O povo, cada vez mais assustado, mais aflito e mais oprimido com aquela estranha e aterradora catástrofe, não arredava pé de junto da ermida edificada em memória da sua padroeira, Santa Luzia. A manhã continuava a crescer em claridade, em medos, em gritos e em alvoroços loucos, imagináveis. O fogo continuava a deslizar, imparável e demolidor, pelas encostas da montanha, na direcção do mar, com uma velocidade vertiginosa, com uma veemência indomável e com uma persistência implacável, soterrando vinhedos, destruindo campos, desfazendo caminhos e atalhos, ameaçando os pequenos casebres, transformando a extensa encosta entre Santa Luzia e as Bandeiras, num autêntico mar de lava sulfúrica, vermelha e incandescente. Já havia casebres soterrados, os mais pobres, os mais pequenos, os mais distantes, os construídos no sopé da montanha, do lado que dava para as Bandeiras, mas que se sabia já haviam sido abandonados. O povo aos gritos, aos sobressaltos, aos berros corria tresmalhado, louco, num alvoroço incontrolável, tentando fazer tudo sem fazer coisa nenhuma. Procuravam-se refúgios, mas não os havia.

José Pereira de Azevedo, tentando evitar os gritos de raiva e de dor da mulher e o choro inocente mas prolongado e intenso do filho, ainda mal acordado e sem perceber o que se passava, tentou aproximar-se do centro da freguesia, do pequeno largo contíguo à igrejinha, onde permanecia a maioria do povo, uns dentro da ermida outros fora, mas todos invocando, incessantemente, a protecção de Deus, através da intercessão da sua padroeira, a Gloriosa Virgem e Mártir Santa Luzia.

Mas também ali, como em toda a parte reinavam a aflição, o desespero, a angústia e um medo medonho e gigantesco. De perto e de longe chegavam murmúrios e lamentações. É que aquele fogo misterioso, saído do interior da terra, de instante para instante, avançava mais ameaçador, mais temeroso, mais indomável. Já destruíra muitos campos, atingira muitos currais matando ovelhas e cabras, aniquilando prados, ardendo florestas, vinhedos, aproximando-se, cada vez e mais, das casas, sobretudo das que ficavam mais distantes do centro do povoado. O ar tornava-se quente e sufocante e o cheiro a enxofre e a queimado aumentava assustadoramente. O fogo, correndo cada vez mais na direcção do mar, por onde passava, parecia converter e transformar tudo em pedra de lava ardente.

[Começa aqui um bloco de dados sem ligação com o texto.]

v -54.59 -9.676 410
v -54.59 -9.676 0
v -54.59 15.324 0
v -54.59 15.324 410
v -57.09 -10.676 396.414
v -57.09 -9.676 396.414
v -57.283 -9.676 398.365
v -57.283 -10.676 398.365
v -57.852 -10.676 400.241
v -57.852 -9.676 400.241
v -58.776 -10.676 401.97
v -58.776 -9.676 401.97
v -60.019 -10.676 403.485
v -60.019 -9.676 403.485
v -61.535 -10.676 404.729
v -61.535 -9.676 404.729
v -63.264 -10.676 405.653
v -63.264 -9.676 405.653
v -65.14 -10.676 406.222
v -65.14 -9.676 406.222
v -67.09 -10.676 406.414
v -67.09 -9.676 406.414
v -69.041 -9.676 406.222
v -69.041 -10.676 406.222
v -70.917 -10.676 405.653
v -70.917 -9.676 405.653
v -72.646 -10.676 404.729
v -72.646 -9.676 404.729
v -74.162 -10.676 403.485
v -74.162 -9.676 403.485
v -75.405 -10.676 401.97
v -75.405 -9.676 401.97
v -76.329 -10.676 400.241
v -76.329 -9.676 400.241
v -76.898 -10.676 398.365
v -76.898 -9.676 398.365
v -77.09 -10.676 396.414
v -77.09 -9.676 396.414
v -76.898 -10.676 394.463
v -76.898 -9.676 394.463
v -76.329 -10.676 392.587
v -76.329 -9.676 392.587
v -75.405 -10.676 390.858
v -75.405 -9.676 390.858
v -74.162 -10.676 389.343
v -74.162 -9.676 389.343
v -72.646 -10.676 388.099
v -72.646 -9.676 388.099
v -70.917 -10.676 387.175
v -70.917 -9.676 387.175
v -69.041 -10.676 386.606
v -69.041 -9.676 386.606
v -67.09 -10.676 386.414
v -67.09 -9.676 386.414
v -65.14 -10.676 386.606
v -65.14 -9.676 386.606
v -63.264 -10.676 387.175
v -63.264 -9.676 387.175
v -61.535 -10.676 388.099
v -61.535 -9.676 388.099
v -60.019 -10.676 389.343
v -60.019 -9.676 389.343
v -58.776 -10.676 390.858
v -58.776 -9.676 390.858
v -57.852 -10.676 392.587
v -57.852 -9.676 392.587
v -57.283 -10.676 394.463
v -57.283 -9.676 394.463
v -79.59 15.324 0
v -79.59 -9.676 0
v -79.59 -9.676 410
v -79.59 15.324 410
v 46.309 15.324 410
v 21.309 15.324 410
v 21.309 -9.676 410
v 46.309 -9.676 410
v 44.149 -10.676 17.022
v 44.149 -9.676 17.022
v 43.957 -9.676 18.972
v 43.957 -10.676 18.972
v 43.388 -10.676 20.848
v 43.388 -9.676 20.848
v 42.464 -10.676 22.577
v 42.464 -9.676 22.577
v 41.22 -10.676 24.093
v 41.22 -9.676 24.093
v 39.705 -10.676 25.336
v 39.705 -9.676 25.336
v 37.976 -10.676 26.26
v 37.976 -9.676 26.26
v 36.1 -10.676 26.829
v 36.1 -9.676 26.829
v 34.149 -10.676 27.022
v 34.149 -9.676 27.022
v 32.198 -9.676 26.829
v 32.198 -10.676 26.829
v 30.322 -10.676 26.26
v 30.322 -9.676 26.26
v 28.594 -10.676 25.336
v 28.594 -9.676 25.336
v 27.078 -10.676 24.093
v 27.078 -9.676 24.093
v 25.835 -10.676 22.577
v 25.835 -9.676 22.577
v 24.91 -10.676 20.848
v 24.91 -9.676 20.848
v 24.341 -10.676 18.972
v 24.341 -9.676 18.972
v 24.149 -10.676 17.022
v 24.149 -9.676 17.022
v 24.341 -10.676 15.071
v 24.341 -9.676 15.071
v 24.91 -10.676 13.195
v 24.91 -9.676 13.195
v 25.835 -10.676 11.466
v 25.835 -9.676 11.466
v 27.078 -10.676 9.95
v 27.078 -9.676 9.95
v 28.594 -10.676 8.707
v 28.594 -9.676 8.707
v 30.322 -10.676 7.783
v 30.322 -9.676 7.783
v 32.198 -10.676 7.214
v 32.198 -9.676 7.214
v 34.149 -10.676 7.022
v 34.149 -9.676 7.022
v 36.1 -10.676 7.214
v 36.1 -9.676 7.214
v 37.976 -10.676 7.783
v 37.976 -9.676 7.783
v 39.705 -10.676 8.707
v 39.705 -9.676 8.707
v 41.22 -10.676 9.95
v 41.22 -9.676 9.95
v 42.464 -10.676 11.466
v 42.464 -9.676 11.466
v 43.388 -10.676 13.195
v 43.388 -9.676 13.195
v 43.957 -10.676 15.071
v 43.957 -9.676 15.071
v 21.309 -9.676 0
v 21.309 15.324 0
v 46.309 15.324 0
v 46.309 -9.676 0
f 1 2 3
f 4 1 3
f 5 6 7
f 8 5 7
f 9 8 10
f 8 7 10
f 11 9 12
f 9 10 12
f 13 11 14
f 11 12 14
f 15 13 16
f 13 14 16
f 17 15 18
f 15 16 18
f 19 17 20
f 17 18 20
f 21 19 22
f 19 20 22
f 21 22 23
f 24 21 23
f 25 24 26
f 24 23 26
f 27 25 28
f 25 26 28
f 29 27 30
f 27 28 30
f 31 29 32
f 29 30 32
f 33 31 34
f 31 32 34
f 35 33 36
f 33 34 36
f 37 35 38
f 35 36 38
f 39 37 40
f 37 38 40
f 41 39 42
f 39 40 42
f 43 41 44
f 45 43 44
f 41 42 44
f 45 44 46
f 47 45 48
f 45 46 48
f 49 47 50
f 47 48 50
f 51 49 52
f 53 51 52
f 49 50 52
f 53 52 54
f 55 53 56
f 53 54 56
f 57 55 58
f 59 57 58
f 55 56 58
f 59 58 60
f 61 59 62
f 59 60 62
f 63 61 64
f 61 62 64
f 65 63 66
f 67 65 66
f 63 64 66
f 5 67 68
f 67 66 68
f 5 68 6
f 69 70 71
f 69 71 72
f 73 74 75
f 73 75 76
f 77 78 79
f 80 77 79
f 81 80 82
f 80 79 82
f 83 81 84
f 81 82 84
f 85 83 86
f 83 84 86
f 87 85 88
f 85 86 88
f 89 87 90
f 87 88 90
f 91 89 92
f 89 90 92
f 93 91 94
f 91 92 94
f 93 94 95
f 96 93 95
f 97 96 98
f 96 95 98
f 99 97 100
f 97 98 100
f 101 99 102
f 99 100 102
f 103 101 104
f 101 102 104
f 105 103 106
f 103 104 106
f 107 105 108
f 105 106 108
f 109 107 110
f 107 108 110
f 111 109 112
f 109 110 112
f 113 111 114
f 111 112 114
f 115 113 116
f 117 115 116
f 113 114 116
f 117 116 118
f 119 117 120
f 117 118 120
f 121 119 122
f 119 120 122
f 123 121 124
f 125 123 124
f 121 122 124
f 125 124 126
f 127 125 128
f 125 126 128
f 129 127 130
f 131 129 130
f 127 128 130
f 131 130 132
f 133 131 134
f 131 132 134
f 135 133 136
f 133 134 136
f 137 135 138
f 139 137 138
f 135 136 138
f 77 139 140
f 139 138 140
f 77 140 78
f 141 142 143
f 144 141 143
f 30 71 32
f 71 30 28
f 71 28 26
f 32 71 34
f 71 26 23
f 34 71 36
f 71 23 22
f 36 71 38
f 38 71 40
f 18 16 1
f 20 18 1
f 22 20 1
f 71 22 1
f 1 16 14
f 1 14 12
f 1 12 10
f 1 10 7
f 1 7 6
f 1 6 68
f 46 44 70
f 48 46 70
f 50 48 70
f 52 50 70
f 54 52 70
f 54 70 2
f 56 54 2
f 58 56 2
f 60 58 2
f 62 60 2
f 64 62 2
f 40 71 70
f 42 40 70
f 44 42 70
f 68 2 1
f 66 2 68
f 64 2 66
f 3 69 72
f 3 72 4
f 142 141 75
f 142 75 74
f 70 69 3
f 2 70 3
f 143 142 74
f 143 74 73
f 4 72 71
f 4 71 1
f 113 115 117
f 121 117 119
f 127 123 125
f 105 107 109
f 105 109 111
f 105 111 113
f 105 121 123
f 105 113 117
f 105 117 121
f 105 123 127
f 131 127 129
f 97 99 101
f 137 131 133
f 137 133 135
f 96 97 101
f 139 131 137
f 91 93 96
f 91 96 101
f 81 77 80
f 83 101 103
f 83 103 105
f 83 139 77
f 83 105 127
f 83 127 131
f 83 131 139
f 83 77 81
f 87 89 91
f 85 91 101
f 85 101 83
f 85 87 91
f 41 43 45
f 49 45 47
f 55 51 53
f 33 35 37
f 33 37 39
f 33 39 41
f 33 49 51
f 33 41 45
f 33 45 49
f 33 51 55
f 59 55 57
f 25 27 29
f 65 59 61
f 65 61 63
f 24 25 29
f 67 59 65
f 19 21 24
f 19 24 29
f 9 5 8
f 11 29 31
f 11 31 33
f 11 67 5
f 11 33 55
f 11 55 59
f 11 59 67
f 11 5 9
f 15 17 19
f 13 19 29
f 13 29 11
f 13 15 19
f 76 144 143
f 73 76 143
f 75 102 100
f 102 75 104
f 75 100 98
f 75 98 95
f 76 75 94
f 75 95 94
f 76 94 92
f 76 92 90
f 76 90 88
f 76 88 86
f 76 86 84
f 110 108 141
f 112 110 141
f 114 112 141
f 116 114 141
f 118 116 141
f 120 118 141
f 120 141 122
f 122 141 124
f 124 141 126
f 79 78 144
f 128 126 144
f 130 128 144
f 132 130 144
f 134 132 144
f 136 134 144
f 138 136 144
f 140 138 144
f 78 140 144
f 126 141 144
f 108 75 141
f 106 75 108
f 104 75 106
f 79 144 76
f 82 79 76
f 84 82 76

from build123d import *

# Parameters (mm, degrees)
F0_W     = 25
F0_H     = 25
F1_DEPTH = 410
F2_R     = 10
F3_DEPTH = 1
F4_DEPTH = 1


with BuildPart() as f1:
    # F0 (on Top) → F1 (new body)
    with BuildSketch(Plane.XY):
        with Locations((-67.090479, 2.824143)):
            Rectangle(F0_W, F0_H)
        with Locations((33.80853, 2.824143)):
            Rectangle(F0_W, F0_H)
    extrude(amount=F1_DEPTH)

    # F2 (on face) → F3 (join)
    with BuildSketch(Plane.XZ.offset(9.675857)):
        with Locations((-67.090479, 396.413863)):
            Circle(F2_R)
    extrude(amount=F3_DEPTH)

    # F2 (on face) → F4 (join)
    with BuildSketch(Plane.XZ.offset(9.675857)):
        with Locations((34.149244, 17.021533)):
            Circle(F2_R)
    extrude(amount=F4_DEPTH)


solid = f1.part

Quando José Pereira de Azevedo, acompanhado da mulher e do filho, chegou ao largo fronteiriço à ermida de Santa Luzia o dia já começava a clarear e, do lado de São Jorge, soprava um vento forte e seco que atiçava ainda mais a lava incandescente que, assustadoramente, parecia ameaçar toda a ilha. Aqueles abalos, aquela espécie de trovões secos e assustadores que se haviam sentido naquela noite e nas anteriores, no entanto, haviam parado ou pelo menos já não se ouviam com tanta intensidade. Agora era o fogo e apenas o fogo que assustava e destruía tudo por onde passava.

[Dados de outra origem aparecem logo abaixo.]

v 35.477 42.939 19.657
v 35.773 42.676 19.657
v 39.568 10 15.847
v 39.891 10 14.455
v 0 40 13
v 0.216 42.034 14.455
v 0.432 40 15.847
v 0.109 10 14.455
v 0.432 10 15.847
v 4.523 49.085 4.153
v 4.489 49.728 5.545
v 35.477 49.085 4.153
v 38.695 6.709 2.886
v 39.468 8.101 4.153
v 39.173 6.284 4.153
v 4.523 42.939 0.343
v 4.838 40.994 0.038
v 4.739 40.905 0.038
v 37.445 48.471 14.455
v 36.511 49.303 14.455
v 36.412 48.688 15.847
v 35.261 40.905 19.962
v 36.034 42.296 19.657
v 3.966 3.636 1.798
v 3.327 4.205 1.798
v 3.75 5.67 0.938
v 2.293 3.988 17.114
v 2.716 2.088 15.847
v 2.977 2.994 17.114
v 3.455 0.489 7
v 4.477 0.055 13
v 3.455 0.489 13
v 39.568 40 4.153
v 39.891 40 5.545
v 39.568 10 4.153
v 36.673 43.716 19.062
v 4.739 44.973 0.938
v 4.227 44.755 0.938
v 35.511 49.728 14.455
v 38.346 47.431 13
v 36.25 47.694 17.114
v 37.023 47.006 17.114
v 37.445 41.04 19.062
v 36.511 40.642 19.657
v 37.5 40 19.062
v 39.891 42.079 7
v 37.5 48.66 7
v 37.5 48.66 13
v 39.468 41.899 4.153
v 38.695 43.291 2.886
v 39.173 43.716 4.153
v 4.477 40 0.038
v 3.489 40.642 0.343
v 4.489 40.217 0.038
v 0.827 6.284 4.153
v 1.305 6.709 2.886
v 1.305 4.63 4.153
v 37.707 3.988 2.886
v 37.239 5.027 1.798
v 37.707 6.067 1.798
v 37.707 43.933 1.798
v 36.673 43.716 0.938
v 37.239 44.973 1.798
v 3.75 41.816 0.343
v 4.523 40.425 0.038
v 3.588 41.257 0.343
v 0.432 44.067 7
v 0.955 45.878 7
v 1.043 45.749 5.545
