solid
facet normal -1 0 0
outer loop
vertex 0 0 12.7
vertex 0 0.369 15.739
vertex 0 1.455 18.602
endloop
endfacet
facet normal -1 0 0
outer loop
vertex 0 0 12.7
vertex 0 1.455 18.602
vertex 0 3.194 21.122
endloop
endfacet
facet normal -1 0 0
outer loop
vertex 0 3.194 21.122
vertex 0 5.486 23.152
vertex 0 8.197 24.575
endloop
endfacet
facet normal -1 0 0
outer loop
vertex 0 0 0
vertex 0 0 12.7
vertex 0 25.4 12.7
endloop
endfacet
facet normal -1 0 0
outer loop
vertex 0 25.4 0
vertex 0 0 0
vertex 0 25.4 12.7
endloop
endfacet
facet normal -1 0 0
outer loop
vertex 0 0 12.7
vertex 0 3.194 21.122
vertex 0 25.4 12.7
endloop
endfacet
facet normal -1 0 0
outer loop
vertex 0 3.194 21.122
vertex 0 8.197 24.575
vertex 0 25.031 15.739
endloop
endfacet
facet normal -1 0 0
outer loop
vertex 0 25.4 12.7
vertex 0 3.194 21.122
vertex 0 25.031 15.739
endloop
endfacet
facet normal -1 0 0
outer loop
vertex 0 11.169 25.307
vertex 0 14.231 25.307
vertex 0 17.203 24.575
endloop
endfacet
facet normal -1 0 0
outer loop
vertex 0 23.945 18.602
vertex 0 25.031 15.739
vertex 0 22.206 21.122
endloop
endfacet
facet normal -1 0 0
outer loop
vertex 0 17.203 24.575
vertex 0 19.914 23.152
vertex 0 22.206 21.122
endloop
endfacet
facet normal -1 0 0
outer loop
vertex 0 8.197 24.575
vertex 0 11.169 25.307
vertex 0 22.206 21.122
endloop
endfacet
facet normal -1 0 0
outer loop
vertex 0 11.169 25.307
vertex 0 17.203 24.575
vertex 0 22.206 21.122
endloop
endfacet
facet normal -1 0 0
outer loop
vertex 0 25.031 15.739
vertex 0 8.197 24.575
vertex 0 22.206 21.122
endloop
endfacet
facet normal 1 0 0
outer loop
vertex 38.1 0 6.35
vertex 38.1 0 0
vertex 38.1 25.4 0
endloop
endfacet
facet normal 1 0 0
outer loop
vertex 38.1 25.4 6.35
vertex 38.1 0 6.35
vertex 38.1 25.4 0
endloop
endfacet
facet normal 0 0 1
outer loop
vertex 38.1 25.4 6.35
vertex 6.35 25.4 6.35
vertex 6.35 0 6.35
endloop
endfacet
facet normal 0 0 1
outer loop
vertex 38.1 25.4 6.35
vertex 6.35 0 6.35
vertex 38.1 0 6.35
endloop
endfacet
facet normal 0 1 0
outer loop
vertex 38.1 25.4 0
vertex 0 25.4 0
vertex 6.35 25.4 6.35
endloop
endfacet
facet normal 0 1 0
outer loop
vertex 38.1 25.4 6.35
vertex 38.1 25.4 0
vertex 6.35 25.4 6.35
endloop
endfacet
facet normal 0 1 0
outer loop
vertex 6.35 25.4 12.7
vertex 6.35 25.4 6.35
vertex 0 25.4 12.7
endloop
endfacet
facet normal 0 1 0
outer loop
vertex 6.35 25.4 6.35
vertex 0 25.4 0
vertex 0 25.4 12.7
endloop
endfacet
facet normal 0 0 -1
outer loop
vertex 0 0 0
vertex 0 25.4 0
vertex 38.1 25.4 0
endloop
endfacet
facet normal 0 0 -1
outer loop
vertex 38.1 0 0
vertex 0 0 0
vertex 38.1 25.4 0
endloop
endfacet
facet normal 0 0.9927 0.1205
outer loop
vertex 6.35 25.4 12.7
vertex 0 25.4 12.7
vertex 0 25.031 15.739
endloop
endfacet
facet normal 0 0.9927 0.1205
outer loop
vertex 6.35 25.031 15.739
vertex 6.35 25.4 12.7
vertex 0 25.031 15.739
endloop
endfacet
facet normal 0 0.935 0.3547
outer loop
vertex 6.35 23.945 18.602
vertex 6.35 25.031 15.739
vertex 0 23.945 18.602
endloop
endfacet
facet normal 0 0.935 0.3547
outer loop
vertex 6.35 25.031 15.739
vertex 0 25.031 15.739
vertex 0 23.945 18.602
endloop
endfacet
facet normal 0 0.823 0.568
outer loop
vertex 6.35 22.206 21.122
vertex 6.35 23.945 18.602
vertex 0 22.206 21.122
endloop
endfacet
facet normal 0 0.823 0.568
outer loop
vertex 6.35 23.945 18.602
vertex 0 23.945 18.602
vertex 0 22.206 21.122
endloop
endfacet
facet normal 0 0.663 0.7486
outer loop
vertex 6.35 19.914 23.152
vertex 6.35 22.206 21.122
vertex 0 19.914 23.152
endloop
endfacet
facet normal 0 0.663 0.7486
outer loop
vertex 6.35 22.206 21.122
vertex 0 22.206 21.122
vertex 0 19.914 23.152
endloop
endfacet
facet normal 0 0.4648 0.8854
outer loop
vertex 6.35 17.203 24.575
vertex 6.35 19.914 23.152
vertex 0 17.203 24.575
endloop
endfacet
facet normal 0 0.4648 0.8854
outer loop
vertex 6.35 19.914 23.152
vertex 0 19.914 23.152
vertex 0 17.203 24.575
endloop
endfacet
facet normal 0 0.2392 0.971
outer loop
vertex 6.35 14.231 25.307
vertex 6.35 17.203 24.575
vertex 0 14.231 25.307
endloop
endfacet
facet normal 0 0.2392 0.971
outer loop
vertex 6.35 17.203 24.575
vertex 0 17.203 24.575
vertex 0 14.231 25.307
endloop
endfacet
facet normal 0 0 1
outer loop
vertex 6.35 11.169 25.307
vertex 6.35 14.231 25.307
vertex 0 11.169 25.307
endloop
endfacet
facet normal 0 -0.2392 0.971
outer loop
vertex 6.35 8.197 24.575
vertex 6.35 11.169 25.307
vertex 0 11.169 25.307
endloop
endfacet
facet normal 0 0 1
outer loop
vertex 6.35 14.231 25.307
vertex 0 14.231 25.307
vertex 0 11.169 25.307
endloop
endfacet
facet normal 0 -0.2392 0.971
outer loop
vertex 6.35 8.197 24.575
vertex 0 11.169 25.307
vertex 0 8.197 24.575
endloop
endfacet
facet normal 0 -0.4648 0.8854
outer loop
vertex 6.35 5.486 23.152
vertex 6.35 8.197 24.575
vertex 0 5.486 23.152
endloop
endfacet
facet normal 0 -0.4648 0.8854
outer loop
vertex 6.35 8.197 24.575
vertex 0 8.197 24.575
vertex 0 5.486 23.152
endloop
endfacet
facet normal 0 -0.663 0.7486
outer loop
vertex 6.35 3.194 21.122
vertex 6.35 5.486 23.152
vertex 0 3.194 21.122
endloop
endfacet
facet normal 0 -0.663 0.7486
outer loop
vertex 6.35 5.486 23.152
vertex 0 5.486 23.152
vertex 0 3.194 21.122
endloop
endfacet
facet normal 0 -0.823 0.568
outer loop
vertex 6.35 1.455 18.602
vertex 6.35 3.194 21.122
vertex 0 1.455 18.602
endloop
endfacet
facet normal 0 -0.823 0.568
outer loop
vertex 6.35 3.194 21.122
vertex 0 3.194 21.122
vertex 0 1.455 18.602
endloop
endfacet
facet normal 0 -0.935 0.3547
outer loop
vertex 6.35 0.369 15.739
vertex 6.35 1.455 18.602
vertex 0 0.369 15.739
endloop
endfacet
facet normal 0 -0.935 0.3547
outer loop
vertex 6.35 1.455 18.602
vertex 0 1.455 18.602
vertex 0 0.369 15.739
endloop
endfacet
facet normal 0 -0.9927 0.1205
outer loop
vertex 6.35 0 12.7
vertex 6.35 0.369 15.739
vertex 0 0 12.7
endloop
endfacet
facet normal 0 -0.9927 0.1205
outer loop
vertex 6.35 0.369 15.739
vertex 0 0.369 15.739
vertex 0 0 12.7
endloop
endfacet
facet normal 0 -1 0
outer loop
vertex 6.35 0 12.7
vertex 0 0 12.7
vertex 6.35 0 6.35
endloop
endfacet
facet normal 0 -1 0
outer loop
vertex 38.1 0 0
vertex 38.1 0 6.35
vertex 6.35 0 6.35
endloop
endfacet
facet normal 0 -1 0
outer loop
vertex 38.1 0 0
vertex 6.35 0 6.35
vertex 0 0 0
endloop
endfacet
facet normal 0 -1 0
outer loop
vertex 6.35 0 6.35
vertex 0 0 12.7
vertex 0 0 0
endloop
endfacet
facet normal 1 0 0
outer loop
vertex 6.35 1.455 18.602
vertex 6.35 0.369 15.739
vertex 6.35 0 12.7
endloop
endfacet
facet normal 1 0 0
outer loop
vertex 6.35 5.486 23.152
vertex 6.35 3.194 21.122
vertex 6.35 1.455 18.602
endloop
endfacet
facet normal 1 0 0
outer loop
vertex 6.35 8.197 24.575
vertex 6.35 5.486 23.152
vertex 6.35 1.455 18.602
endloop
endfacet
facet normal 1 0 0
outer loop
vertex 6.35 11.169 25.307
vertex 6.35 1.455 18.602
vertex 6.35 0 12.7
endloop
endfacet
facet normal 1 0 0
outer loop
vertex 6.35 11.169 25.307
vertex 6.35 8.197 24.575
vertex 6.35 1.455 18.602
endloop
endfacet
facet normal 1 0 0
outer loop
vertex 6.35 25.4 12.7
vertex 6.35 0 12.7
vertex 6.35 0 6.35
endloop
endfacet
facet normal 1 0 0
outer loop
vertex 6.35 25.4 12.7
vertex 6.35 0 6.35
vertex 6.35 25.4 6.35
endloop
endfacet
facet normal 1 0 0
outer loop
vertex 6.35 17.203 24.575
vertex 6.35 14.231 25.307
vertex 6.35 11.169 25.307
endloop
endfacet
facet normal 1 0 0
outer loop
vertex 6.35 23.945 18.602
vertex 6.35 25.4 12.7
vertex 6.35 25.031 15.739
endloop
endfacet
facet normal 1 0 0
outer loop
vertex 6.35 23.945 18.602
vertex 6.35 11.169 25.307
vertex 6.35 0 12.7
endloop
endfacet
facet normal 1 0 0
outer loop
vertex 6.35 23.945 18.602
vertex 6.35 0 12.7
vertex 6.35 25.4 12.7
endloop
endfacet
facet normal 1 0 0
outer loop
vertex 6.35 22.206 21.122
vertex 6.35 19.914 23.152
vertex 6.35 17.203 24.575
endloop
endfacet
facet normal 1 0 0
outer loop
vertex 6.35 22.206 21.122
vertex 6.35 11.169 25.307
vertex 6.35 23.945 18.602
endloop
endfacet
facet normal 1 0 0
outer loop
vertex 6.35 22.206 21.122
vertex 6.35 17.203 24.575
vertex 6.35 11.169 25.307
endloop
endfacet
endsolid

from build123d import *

# Parameters (mm, degrees)
F0_W     = 38.1
F0_H     = 25.4
F1_DEPTH = 6.35
F3_DEPTH = 6.35


with BuildPart() as f1:
    # F0 (on Top) → F1 (new body)
    with BuildSketch(Plane.XY):
        with Locations((19.05, 12.7)):
            Rectangle(F0_W, F0_H)
    extrude(amount=F1_DEPTH)

    # F2 (on Right) → F3 (join)
    with BuildSketch(Plane.YZ):
        with BuildLine():
            Line((0, 12.7), (0, 6.35))
            Line((0, 6.35), (25.4, 6.35))
            Line((25.4, 6.35), (25.4, 12.7))
            ThreePointArc((25.4, 12.7), (12.7, 25.4), (0, 12.7))
        make_face()
    extrude(amount=F3_DEPTH)


solid = f1.part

Aglomeradas junto aos umbrais da pequena ermida homens, mulheres e crianças rezavam, oravam, pediam perdão e suplicavam a protecção divina. O vigário Francisco Dias já havia terminado a missa. Do átrio de entrada da pequena ermida, juntamente com Frei José das Cinco Chagas, dirigia aos fiéis palavras de paz e tranquilidade, incitando-os ao arrependimento, pedindo-lhes que suplicassem o perdão divino, garantindo-lhes que Deus era pai de misericórdia e que havia de ter compaixão de todos os seus filhos. Que todos se arrependessem dos seus pecados porque a misericórdia e o perdão de Deus eram infinitos.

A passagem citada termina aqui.